> Activity:
The required output is the lines below from the line containing "e43 e20 -e44]" to the line containing "The same part", inclusive, retyped exactly. No other lines belong in it.

> Material provided:
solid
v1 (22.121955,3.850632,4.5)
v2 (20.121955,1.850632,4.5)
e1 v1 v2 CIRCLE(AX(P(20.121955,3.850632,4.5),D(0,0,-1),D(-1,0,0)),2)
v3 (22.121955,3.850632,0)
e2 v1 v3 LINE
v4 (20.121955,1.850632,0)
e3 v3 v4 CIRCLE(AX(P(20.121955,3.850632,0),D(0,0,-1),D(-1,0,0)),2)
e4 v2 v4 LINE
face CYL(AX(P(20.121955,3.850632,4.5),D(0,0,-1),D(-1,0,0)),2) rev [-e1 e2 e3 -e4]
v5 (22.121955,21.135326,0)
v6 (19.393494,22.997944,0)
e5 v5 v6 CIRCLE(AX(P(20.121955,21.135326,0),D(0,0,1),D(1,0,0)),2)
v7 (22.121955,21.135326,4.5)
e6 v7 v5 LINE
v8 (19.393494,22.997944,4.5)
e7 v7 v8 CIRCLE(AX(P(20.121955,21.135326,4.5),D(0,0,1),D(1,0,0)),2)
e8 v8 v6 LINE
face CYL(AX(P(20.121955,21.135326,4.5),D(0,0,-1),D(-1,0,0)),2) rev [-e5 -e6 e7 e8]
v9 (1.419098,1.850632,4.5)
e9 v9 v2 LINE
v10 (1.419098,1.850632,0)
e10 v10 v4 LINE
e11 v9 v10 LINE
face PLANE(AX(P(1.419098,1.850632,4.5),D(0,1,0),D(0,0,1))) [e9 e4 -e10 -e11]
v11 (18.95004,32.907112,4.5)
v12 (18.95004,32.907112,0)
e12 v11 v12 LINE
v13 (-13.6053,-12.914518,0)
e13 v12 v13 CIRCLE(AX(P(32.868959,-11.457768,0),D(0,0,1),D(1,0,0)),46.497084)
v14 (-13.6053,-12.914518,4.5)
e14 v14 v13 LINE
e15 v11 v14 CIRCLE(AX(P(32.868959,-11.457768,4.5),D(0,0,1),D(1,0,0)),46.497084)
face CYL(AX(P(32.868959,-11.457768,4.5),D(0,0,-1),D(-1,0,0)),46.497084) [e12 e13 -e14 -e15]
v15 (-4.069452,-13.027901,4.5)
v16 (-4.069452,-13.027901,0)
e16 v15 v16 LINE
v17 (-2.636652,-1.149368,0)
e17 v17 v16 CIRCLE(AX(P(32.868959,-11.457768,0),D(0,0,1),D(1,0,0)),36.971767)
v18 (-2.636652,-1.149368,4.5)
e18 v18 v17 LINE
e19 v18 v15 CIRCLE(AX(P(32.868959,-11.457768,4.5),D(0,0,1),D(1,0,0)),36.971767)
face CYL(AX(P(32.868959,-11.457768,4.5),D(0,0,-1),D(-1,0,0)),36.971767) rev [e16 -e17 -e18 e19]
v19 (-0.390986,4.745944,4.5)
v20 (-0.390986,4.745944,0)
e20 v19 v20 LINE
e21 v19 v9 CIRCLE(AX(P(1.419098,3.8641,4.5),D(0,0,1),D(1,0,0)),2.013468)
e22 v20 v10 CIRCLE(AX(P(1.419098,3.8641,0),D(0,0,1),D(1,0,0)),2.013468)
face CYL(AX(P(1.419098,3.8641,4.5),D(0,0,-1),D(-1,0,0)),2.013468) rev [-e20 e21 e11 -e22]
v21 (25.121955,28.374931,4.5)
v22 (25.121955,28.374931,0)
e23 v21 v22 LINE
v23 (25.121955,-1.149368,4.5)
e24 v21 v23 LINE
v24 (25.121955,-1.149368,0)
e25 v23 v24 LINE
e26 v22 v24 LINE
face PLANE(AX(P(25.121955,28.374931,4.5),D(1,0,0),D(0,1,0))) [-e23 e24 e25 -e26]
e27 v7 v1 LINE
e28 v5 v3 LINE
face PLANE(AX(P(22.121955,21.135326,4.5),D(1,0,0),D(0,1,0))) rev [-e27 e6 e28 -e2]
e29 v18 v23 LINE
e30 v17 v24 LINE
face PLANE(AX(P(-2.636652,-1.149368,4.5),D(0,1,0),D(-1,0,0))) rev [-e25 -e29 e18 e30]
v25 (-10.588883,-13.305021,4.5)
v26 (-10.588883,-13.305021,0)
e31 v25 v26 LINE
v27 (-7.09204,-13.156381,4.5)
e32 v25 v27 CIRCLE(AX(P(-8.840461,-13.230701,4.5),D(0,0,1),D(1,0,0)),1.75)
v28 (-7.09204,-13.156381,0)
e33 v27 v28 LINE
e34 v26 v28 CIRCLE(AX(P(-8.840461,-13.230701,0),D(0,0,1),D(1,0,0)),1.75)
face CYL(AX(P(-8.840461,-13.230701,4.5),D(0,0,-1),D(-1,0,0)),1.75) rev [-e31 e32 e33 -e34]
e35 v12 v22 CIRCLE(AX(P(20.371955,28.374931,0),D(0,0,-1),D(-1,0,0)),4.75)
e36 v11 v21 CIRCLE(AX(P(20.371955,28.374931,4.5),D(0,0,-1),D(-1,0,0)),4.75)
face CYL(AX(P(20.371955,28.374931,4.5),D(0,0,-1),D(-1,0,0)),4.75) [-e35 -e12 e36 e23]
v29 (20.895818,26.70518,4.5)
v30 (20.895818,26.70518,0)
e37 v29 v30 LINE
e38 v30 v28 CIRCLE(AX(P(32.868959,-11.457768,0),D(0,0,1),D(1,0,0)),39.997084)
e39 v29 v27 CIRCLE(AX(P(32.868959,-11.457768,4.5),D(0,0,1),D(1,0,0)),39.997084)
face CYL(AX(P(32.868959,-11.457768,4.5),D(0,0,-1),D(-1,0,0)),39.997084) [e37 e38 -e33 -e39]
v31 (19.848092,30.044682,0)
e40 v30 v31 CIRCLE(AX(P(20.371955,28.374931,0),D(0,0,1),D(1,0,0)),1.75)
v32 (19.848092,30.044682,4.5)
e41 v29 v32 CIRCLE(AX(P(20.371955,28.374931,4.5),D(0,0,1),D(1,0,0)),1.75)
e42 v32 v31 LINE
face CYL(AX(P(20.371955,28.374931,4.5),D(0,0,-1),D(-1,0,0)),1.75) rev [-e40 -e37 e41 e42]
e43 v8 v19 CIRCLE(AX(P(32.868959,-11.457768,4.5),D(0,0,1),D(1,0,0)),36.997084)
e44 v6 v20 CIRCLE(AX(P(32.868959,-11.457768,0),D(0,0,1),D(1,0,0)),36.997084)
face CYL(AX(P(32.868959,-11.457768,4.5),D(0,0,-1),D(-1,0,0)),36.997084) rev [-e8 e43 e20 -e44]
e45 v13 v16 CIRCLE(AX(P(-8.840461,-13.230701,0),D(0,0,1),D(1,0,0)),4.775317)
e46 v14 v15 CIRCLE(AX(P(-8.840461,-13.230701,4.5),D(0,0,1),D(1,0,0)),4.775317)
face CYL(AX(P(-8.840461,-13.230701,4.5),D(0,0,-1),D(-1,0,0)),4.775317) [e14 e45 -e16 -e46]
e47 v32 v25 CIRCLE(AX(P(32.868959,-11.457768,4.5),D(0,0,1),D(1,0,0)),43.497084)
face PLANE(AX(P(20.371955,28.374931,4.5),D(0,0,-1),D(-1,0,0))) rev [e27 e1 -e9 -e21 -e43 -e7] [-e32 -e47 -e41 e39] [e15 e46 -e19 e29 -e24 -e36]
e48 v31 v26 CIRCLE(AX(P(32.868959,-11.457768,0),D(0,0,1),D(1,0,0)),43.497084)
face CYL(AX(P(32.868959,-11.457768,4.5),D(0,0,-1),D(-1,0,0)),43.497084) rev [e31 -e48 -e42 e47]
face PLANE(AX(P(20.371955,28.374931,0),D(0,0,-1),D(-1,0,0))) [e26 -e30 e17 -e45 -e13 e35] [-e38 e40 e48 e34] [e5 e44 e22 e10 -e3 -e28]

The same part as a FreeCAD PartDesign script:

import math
import FreeCAD as App
import Part
import Sketcher

V = App.Vector
Q = App.Units.Quantity

doc = App.newDocument("Part")
body = doc.addObject("PartDesign::Body", "Body")

# Sketch on XY plane
sketch1 = doc.addObject("Sketcher::SketchObject", "Sketch")
body.addObject(sketch1)
sketch1.AttachmentSupport = (doc.XY_Plane, [""])
sketch1.MapMode = "FlatFace"
sketch1.addGeometry([
    Part.LineSegment(V(-2.6, -1.1, 0), V(25.1, -1.1, 0)),  # 0
    Part.LineSegment(V(25.1, -1.1, 0), V(25.1, 28.4, 0)),  # 1
    Part.ArcOfCircle(Part.Circle(V(20.4, 28.4, 0), V(0, 0, 1), 4.8), math.radians(0), math.radians(107)),  # 2
    Part.ArcOfCircle(Part.Circle(V(32.9, -11.5, 0), V(0, 0, 1), 46.5), math.radians(107), math.radians(182)),  # 3
    Part.ArcOfCircle(Part.Circle(V(-8.8, -13.2, 0), V(0, 0, 1), 4.8), math.radians(176), math.radians(362)),  # 4
    Part.ArcOfCircle(Part.Circle(V(32.9, -11.5, 0), V(0, 0, 1), 37), math.radians(163.81), math.radians(182.43)),  # 5
    Part.ArcOfCircle(Part.Circle(V(32.9, -11.5, 0), V(0, 0, 1), 43.5), math.radians(107), math.radians(182)),  # 6
    Part.ArcOfCircle(Part.Circle(V(20.4, 28.4, 0), V(0, 0, 1), 1.8), math.radians(-73), math.radians(107)),  # 7
    Part.ArcOfCircle(Part.Circle(V(32.9, -11.5, 0), V(0, 0, 1), 40), math.radians(107), math.radians(182)),  # 8
    Part.ArcOfCircle(Part.Circle(V(-8.8, -13.2, 0), V(0, 0, 1), 1.8), math.radians(-178), math.radians(2)),  # 9
    Part.LineSegment(V(20.1, 1.9, 0), V(1.4, 1.9, 0)),  # 10
    Part.ArcOfCircle(Part.Circle(V(1.4, 3.9, 0), V(0, 0, 1), 2), math.radians(154), math.radians(270)),  # 11
    Part.ArcOfCircle(Part.Circle(V(32.9, -11.5, 0), V(0, 0, 1), 37), math.radians(111), math.radians(154)),  # 12
    Part.ArcOfCircle(Part.Circle(V(20.1, 21.1, 0), V(0, 0, 1), 2), math.radians(0), math.radians(111)),  # 13
    Part.LineSegment(V(22.1, 21.1, 0), V(22.1, 3.9, 0)),  # 14
    Part.ArcOfCircle(Part.Circle(V(20.1, 3.9, 0), V(0, 0, 1), 2), math.radians(-90), math.radians(0)),  # 15
], False)
sketch1.addConstraint([
    Sketcher.Constraint("Coincident", 0, 2, 1, 1),
    Sketcher.Constraint("Tangent", 1, 2, 2, 1),
    Sketcher.Constraint("Tangent", 2, 2, 3, 1),
    Sketcher.Constraint("Coincident", 3, 2, 4, 1),
    Sketcher.Constraint("Tangent", 4, 2, 5, 2),
    Sketcher.Constraint("Coincident", 5, 1, 0, 1),
    Sketcher.Constraint("Tangent", 6, 1, 7, 2),
    Sketcher.Constraint("Tangent", 7, 1, 8, 1),
    Sketcher.Constraint("Tangent", 8, 2, 9, 2),
    Sketcher.Constraint("Tangent", 9, 1, 6, 2),
    Sketcher.Constraint("Tangent", 10, 2, 11, 2),
    Sketcher.Constraint("Tangent", 11, 1, 12, 2),
    Sketcher.Constraint("Tangent", 12, 1, 13, 2),
    Sketcher.Constraint("Tangent", 13, 1, 14, 1),
    Sketcher.Constraint("Tangent", 14, 2, 15, 2),
    Sketcher.Constraint("Tangent", 15, 1, 10, 1),
    Sketcher.Constraint("Horizontal", 0),
    Sketcher.Constraint("Vertical", 1),
    Sketcher.Constraint("Horizontal", 10),
    Sketcher.Constraint("Vertical", 14),
    Sketcher.Constraint("Coincident", 5, 3, 3, 3),
    Sketcher.Constraint("Coincident", 6, 3, 3, 3),
    Sketcher.Constraint("Coincident", 7, 3, 2, 3),
    Sketcher.Constraint("Coincident", 8, 3, 3, 3),
    Sketcher.Constraint("Coincident", 9, 3, 4, 3),
    Sketcher.Constraint("Coincident", 12, 3, 3, 3),
    Sketcher.Constraint("Equal", 13, 15),
    Sketcher.Constraint("Radius", 13, Q("2 mm")),
    Sketcher.Constraint("Radius", 2, Q("4.75 mm")),
    Sketcher.Constraint("Radius", 7, Q("1.75 mm")),
    Sketcher.Constraint("DistanceX", 15, 3, 0, 2, Q("5 mm")),
    Sketcher.Constraint("DistanceY", 0, 2, 15, 3, Q("5 mm")),
    Sketcher.Constraint("Radius", 11, Q("2.013468 mm")),
    Sketcher.Constraint("DistanceY", 1, 1, 1, 2, Q("29.524299 mm")),
    Sketcher.Constraint("Radius", 3, Q("46.497084 mm")),
    Sketcher.Constraint("Radius", 4, Q("4.775317 mm")),
    Sketcher.Constraint("Radius", 12, Q("36.997084 mm")),
    Sketcher.Constraint("DistanceY", 4, 2, 11, 3, Q("16.892001 mm")),
    Sketcher.Constraint("DistanceY", 4, 3, -1, 1, Q("13.230701 mm")),
    Sketcher.Constraint("DistanceX", -1, 1, 11, 3, Q("1.419098 mm")),
    Sketcher.Constraint("DistanceY", -1, 1, 11, 3, Q("3.8641 mm")),
])
pad1 = doc.addObject("PartDesign::Pad", "Pad")
body.addObject(pad1)
pad1.Profile = sketch1
pad1.Length = 4.5

doc.recompute()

> Exercise solution:
face CYL(AX(P(32.868959,-11.457768,4.5),D(0,0,-1),D(-1,0,0)),36.997084) rev [-e8 e43 e20 -e44]
e45 v13 v16 CIRCLE(AX(P(-8.840461,-13.230701,0),D(0,0,1),D(1,0,0)),4.775317)
e46 v14 v15 CIRCLE(AX(P(-8.840461,-13.230701,4.5),D(0,0,1),D(1,0,0)),4.775317)
face CYL(AX(P(-8.840461,-13.230701,4.5),D(0,0,-1),D(-1,0,0)),4.775317) [e14 e45 -e16 -e46]
e47 v32 v25 CIRCLE(AX(P(32.868959,-11.457768,4.5),D(0,0,1),D(1,0,0)),43.497084)
face PLANE(AX(P(20.371955,28.374931,4.5),D(0,0,-1),D(-1,0,0))) rev [e27 e1 -e9 -e21 -e43 -e7] [-e32 -e47 -e41 e39] [e15 e46 -e19 e29 -e24 -e36]
e48 v31 v26 CIRCLE(AX(P(32.868959,-11.457768,0),D(0,0,1),D(1,0,0)),43.497084)
face CYL(AX(P(32.868959,-11.457768,4.5),D(0,0,-1),D(-1,0,0)),43.497084) rev [e31 -e48 -e42 e47]
face PLANE(AX(P(20.371955,28.374931,0),D(0,0,-1),D(-1,0,0))) [e26 -e30 e17 -e45 -e13 e35] [-e38 e40 e48 e34] [e5 e44 e22 e10 -e3 -e28]

The same part as a FreeCAD PartDesign script:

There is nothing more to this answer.